Larry Gagosian, Rich Lowry, Cat Psychology, Philosophy, Ramanujan
The Art Of Larry Gagosian
Elisa Lipsky-Karasz | Wall Street Journal | 26th April 2016
Entertaining profile of art-dealer Larry Gagosian, from his beginnings selling posters in a Los Angeles parking-lot. Jeff Koons explains Gagosian’s magic touch: “The art world was kind of in this inertia. He brought a sense of liquidity and the possibility of acquisition. There was no longer this sense among collectors that if someone else had a piece, ‘I missed the boat.’ Larry brought the realization that, hey, these things can move” (7,600 words)
The End Of Pieties
Rich Lowry | Politico | 27th April 2016
The editor of National Review reflects ruefully on the new face of the Republican Party. “Trump is operating on the rather insulting assumption that he can’t act presidential — i.e., with too much dignity — while also attempting to appeal to his Republican voters, and so far he has been proved right. It’s just one of the ways in which he has seemed to understand the party he is seeking to take over better than its longtime loyalists” (800 words)
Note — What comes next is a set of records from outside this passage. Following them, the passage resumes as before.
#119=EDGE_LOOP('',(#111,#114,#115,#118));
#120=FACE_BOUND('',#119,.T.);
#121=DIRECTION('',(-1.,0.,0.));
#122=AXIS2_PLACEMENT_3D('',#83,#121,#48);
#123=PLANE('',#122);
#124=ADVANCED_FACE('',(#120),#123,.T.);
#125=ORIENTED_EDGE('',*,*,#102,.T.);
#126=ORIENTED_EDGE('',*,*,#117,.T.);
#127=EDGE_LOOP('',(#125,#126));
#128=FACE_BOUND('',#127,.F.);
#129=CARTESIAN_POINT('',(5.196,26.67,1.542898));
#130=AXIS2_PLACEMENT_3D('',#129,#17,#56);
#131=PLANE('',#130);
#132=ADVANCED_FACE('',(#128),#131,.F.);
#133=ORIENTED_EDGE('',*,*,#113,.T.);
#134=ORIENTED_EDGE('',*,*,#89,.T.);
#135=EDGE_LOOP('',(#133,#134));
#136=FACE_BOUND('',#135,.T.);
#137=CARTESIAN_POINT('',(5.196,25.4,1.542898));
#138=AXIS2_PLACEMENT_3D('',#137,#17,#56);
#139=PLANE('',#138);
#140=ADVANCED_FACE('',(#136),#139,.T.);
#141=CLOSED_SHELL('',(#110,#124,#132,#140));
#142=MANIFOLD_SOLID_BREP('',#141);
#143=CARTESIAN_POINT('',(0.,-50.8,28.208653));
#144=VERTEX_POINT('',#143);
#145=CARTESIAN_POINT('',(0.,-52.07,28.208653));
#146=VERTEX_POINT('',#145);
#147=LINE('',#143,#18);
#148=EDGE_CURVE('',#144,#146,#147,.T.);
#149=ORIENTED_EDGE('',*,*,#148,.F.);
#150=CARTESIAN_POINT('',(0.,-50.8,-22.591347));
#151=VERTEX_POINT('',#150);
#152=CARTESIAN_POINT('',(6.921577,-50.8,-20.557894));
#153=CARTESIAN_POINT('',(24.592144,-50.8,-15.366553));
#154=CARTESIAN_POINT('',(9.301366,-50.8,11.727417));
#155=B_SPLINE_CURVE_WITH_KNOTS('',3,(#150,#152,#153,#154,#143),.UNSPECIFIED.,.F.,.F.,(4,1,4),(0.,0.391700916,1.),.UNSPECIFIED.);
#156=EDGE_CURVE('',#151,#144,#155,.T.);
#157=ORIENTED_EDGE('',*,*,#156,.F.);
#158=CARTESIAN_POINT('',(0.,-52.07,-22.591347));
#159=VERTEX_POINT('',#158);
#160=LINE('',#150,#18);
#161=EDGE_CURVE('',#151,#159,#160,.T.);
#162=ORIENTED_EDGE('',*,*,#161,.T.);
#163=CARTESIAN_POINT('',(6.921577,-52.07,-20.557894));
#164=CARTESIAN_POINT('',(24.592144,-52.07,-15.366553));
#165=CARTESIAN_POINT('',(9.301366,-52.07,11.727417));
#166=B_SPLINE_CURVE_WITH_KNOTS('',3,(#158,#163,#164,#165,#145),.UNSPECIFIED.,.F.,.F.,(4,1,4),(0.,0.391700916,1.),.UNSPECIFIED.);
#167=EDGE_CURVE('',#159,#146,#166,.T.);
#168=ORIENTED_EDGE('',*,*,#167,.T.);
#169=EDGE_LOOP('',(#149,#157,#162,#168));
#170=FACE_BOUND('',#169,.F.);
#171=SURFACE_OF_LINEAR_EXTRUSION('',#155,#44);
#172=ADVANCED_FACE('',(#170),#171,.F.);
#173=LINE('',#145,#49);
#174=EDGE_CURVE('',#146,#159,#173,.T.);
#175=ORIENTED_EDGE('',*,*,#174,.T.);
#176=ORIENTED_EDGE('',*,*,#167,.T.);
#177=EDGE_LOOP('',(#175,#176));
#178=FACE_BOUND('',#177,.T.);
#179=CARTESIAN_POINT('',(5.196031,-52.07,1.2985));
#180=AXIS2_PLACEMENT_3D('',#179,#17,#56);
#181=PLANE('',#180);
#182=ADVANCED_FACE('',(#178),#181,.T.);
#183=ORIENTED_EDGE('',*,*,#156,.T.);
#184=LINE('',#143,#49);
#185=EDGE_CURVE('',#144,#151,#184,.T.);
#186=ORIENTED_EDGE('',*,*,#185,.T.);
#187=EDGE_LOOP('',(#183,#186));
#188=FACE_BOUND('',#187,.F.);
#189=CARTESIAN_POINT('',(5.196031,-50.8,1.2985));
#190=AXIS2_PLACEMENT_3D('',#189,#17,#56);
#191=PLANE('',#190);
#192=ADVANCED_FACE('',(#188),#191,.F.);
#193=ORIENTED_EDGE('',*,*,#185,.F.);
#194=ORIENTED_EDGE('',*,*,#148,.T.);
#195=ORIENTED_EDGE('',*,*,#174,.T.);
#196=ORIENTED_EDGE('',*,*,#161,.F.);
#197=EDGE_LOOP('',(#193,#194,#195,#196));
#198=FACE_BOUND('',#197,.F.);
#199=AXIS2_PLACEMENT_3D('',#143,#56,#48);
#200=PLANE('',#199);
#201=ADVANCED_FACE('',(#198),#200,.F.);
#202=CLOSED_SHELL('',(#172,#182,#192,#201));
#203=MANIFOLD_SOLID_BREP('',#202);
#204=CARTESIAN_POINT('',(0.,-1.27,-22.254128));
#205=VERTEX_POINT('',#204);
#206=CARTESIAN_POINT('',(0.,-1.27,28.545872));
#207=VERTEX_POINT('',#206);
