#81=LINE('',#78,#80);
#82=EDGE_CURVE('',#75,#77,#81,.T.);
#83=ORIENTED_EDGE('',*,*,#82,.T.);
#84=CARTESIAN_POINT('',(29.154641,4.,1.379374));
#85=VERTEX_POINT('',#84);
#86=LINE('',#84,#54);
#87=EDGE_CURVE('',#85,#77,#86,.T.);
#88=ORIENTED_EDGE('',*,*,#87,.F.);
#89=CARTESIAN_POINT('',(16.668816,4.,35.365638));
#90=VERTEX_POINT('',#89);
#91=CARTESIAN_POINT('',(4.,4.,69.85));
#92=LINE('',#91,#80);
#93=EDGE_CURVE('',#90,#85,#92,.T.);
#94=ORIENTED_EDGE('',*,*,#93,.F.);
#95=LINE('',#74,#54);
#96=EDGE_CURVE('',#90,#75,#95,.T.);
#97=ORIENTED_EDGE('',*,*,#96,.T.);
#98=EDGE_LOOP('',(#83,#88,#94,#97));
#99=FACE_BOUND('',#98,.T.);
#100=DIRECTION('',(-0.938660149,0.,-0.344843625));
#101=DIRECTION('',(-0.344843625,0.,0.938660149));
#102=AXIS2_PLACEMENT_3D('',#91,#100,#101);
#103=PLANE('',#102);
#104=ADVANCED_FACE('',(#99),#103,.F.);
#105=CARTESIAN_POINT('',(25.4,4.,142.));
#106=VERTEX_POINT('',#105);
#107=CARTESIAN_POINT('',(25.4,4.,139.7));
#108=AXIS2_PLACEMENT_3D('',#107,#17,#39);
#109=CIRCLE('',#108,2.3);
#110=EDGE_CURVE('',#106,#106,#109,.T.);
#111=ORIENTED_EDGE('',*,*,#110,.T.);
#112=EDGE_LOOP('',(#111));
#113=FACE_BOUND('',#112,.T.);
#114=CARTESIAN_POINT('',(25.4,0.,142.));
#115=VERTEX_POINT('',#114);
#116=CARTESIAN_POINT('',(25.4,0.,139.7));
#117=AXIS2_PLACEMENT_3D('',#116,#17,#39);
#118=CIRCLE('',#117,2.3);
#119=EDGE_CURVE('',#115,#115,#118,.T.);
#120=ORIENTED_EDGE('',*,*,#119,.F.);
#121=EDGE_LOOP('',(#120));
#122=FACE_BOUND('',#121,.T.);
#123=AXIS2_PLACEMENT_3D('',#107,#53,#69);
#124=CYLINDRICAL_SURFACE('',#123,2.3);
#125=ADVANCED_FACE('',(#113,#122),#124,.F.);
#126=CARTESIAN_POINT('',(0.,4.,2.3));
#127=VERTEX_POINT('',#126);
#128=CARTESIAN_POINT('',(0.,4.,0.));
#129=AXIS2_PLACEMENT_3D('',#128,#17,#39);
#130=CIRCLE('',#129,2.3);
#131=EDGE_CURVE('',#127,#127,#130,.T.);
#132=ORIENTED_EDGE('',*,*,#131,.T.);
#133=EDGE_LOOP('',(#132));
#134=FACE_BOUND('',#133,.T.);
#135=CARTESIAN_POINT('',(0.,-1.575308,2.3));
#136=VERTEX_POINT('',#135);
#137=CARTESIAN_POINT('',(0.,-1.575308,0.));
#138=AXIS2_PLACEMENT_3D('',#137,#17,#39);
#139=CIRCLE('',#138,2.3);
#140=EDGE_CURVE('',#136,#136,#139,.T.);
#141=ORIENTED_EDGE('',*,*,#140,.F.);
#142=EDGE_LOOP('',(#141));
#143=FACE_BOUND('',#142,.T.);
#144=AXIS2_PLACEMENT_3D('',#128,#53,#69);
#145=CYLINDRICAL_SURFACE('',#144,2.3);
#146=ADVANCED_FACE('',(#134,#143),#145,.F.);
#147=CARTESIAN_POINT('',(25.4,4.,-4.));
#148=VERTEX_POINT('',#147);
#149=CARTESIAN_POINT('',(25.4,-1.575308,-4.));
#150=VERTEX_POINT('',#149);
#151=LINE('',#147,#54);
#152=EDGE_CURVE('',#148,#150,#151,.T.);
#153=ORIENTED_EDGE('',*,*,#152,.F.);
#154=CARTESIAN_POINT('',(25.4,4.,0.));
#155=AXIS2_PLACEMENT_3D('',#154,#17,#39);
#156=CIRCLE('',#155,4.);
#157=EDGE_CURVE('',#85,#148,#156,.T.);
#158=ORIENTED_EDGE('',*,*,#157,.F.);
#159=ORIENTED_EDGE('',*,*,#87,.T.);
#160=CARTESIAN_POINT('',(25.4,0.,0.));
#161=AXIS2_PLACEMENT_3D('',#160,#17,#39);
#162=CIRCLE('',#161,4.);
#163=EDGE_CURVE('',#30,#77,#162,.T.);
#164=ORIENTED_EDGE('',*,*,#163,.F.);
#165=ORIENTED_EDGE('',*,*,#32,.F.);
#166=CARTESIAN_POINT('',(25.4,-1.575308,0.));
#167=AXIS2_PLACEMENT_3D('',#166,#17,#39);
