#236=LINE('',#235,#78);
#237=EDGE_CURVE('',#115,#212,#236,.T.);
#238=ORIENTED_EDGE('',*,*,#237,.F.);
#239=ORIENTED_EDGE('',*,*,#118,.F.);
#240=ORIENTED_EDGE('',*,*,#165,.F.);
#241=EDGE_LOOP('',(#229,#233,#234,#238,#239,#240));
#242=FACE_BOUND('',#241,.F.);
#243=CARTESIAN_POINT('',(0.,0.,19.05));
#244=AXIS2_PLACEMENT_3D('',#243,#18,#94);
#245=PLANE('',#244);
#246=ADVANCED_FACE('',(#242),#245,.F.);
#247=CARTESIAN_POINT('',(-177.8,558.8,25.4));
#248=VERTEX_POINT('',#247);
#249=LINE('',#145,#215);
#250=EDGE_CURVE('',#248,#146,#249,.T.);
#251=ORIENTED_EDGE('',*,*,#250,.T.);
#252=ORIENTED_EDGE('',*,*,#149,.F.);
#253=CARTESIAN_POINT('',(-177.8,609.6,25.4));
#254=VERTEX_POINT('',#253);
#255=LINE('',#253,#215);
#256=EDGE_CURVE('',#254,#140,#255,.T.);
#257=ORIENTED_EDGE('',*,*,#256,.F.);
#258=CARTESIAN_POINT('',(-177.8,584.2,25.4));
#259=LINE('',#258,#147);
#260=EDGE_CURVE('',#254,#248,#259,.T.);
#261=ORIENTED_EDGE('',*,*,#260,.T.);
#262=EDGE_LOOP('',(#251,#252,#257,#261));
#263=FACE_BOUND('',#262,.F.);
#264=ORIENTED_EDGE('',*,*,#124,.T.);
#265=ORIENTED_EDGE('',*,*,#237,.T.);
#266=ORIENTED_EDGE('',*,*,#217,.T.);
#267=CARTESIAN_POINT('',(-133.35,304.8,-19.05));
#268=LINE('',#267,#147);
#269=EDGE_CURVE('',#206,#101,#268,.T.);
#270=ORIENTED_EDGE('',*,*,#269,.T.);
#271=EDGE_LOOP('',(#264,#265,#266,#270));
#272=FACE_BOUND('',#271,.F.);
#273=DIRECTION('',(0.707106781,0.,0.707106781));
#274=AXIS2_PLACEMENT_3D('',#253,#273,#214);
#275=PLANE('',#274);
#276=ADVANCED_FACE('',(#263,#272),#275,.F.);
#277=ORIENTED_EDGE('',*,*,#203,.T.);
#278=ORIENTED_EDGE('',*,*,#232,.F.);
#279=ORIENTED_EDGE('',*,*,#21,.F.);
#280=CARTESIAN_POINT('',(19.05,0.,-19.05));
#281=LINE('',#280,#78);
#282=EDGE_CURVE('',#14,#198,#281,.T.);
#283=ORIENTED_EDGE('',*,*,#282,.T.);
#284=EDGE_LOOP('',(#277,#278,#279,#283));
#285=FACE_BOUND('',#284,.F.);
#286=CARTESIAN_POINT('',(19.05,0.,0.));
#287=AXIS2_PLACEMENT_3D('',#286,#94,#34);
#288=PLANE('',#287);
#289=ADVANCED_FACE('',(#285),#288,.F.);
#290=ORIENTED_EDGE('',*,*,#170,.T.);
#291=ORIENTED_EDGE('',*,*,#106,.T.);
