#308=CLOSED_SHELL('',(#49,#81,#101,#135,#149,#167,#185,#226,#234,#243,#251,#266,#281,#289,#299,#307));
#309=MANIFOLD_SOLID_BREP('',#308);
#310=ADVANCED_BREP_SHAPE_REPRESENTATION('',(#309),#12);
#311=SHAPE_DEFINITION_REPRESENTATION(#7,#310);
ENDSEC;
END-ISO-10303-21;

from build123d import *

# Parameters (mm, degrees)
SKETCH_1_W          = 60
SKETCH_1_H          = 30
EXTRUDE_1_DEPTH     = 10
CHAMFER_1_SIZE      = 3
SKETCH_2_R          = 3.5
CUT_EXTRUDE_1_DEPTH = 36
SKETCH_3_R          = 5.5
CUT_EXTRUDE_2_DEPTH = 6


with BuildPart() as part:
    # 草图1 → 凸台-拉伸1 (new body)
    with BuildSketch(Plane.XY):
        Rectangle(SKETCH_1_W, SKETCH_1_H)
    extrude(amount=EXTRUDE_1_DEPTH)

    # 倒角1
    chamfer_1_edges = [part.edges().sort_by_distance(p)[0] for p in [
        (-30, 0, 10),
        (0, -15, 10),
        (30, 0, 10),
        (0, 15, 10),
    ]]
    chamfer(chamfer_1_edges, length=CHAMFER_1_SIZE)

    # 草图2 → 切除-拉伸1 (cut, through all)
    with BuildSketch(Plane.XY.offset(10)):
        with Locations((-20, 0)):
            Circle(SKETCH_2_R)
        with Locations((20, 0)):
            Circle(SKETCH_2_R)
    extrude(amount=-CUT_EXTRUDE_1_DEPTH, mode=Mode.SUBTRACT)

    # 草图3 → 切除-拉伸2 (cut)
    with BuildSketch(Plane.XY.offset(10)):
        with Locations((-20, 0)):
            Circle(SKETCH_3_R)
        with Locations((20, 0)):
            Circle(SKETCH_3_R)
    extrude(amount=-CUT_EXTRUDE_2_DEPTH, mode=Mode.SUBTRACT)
Can A Cat Have An Existential Crisis?
Britt Petersen | Nautilus | 28th April 2016
Animals know fear. Whether they know anxiety “is more debatable because it has a component that fear doesn’t have and the component is time”. But they show the symptoms, and they get the pills. Zoo animal have been medicated for decades. Mine-sniffing army dogs get Xanax for PTSD. “Giving human drugs to animals isn’t just species narcissism. We know these drugs work for animals because they were originally tested on animals” (2,600 words)
Are History’s “Greatest Philosophers” All That Great?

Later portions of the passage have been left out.